Exercise:
Go to the line holding "#44=ORIENTED_EDGE('',*,*,#43,.T.);" in the entries below and write out exactly every line down to and including the line holding "#63=AXIS2_PLACEMENT_3D('',#50,#16,#17);".

______

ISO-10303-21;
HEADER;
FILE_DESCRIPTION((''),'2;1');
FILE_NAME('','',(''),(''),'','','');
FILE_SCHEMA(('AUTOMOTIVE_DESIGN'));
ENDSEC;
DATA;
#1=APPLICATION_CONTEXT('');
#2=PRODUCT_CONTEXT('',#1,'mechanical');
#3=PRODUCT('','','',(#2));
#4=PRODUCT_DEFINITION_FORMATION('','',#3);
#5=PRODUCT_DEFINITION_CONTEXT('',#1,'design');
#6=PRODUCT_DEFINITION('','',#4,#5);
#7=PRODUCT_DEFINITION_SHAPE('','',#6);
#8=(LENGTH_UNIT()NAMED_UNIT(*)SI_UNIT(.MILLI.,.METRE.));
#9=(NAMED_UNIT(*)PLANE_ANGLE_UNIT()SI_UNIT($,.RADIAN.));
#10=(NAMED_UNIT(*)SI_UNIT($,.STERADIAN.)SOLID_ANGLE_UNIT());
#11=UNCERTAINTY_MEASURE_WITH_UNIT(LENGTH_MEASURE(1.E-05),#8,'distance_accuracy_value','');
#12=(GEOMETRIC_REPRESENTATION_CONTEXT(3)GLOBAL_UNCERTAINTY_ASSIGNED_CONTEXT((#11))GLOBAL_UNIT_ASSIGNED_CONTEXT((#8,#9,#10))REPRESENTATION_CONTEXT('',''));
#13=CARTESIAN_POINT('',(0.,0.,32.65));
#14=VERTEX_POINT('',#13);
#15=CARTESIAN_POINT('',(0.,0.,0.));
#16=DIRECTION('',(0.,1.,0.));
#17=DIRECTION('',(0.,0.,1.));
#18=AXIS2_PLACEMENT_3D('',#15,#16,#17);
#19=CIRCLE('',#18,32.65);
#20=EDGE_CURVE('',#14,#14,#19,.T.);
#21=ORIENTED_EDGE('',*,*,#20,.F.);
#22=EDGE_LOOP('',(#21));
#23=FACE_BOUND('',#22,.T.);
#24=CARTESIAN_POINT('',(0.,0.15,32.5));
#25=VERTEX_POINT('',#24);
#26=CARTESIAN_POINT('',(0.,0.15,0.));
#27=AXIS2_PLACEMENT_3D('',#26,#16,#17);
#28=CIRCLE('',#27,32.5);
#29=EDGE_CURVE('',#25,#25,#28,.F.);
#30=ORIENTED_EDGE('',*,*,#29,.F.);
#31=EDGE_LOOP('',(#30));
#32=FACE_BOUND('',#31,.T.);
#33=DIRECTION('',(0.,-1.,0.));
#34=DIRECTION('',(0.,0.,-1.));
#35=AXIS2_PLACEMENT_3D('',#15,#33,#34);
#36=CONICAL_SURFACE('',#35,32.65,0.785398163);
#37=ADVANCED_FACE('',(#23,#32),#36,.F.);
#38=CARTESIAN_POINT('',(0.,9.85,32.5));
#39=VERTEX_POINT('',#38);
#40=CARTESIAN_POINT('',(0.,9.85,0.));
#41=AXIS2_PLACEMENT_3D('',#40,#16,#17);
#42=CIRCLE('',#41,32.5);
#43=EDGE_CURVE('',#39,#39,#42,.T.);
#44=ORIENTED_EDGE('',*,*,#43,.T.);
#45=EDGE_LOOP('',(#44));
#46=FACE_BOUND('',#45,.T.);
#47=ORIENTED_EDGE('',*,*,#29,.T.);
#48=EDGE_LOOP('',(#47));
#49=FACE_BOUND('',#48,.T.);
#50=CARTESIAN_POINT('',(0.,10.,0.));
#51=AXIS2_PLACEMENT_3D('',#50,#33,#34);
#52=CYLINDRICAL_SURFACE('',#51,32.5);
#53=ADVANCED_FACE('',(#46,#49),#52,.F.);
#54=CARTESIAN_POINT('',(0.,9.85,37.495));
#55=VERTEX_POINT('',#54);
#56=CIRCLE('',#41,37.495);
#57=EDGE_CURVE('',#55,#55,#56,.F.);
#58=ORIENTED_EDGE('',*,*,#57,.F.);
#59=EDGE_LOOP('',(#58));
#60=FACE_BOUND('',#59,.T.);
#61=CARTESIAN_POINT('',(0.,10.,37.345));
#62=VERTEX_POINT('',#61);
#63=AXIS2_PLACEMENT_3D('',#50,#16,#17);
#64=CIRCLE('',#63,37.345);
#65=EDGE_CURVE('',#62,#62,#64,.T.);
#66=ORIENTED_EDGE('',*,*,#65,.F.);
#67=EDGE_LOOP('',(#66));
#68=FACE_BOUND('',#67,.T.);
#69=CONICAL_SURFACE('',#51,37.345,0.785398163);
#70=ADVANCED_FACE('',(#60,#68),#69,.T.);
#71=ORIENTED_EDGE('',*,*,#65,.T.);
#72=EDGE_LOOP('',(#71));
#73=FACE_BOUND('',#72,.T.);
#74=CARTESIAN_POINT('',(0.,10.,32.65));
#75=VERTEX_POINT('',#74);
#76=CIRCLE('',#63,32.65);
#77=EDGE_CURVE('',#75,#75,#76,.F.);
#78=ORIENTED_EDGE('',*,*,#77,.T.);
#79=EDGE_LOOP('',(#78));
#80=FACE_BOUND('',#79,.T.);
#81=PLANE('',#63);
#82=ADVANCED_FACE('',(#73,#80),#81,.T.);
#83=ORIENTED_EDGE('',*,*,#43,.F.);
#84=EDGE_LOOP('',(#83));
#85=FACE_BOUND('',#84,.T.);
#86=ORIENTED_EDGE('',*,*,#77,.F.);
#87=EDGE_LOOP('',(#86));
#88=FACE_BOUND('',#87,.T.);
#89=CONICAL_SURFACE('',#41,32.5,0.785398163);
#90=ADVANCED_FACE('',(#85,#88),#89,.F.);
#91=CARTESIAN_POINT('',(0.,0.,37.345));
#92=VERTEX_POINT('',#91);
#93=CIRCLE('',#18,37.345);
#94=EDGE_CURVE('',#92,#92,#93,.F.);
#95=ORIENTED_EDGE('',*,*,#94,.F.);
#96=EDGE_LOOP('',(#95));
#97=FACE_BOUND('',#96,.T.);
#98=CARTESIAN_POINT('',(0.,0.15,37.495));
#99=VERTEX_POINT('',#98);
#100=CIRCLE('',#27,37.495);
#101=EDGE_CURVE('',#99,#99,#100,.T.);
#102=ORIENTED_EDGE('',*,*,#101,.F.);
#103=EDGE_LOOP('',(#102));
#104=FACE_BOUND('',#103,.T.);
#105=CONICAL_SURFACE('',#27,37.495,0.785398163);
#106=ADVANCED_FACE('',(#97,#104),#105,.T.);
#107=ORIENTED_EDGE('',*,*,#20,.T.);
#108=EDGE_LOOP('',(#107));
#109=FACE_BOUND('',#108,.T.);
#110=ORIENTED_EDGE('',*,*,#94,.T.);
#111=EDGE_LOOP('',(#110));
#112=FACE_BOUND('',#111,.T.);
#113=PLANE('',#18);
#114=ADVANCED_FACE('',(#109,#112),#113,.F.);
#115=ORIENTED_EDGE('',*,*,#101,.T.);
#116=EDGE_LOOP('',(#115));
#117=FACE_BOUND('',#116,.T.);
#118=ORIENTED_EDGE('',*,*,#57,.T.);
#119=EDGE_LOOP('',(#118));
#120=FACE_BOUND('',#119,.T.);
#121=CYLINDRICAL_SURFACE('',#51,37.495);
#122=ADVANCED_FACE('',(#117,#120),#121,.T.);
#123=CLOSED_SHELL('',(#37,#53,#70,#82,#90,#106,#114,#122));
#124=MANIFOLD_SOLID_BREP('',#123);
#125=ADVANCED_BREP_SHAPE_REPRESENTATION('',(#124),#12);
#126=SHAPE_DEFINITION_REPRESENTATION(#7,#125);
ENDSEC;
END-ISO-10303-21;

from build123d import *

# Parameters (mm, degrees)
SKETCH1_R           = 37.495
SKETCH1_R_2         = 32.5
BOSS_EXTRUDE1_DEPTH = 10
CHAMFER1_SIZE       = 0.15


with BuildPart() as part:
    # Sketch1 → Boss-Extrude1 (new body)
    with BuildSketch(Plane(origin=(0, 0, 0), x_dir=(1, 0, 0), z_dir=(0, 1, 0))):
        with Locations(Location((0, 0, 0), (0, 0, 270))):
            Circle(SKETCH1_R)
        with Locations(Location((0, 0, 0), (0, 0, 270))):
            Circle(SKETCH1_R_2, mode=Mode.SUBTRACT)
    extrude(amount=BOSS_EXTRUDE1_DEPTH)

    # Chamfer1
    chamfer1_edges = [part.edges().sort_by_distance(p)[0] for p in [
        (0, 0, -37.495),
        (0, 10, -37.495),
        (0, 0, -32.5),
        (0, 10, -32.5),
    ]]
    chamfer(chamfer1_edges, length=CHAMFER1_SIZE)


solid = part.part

______

Written response:
#44=ORIENTED_EDGE('',*,*,#43,.T.);
#45=EDGE_LOOP('',(#44));
#46=FACE_BOUND('',#45,.T.);
#47=ORIENTED_EDGE('',*,*,#29,.T.);
#48=EDGE_LOOP('',(#47));
#49=FACE_BOUND('',#48,.T.);
#50=CARTESIAN_POINT('',(0.,10.,0.));
#51=AXIS2_PLACEMENT_3D('',#50,#33,#34);
#52=CYLINDRICAL_SURFACE('',#51,32.5);
#53=ADVANCED_FACE('',(#46,#49),#52,.F.);
#54=CARTESIAN_POINT('',(0.,9.85,37.495));
#55=VERTEX_POINT('',#54);
#56=CIRCLE('',#41,37.495);
#57=EDGE_CURVE('',#55,#55,#56,.F.);
#58=ORIENTED_EDGE('',*,*,#57,.F.);
#59=EDGE_LOOP('',(#58));
#60=FACE_BOUND('',#59,.T.);
#61=CARTESIAN_POINT('',(0.,10.,37.345));
#62=VERTEX_POINT('',#61);
#63=AXIS2_PLACEMENT_3D('',#50,#16,#17);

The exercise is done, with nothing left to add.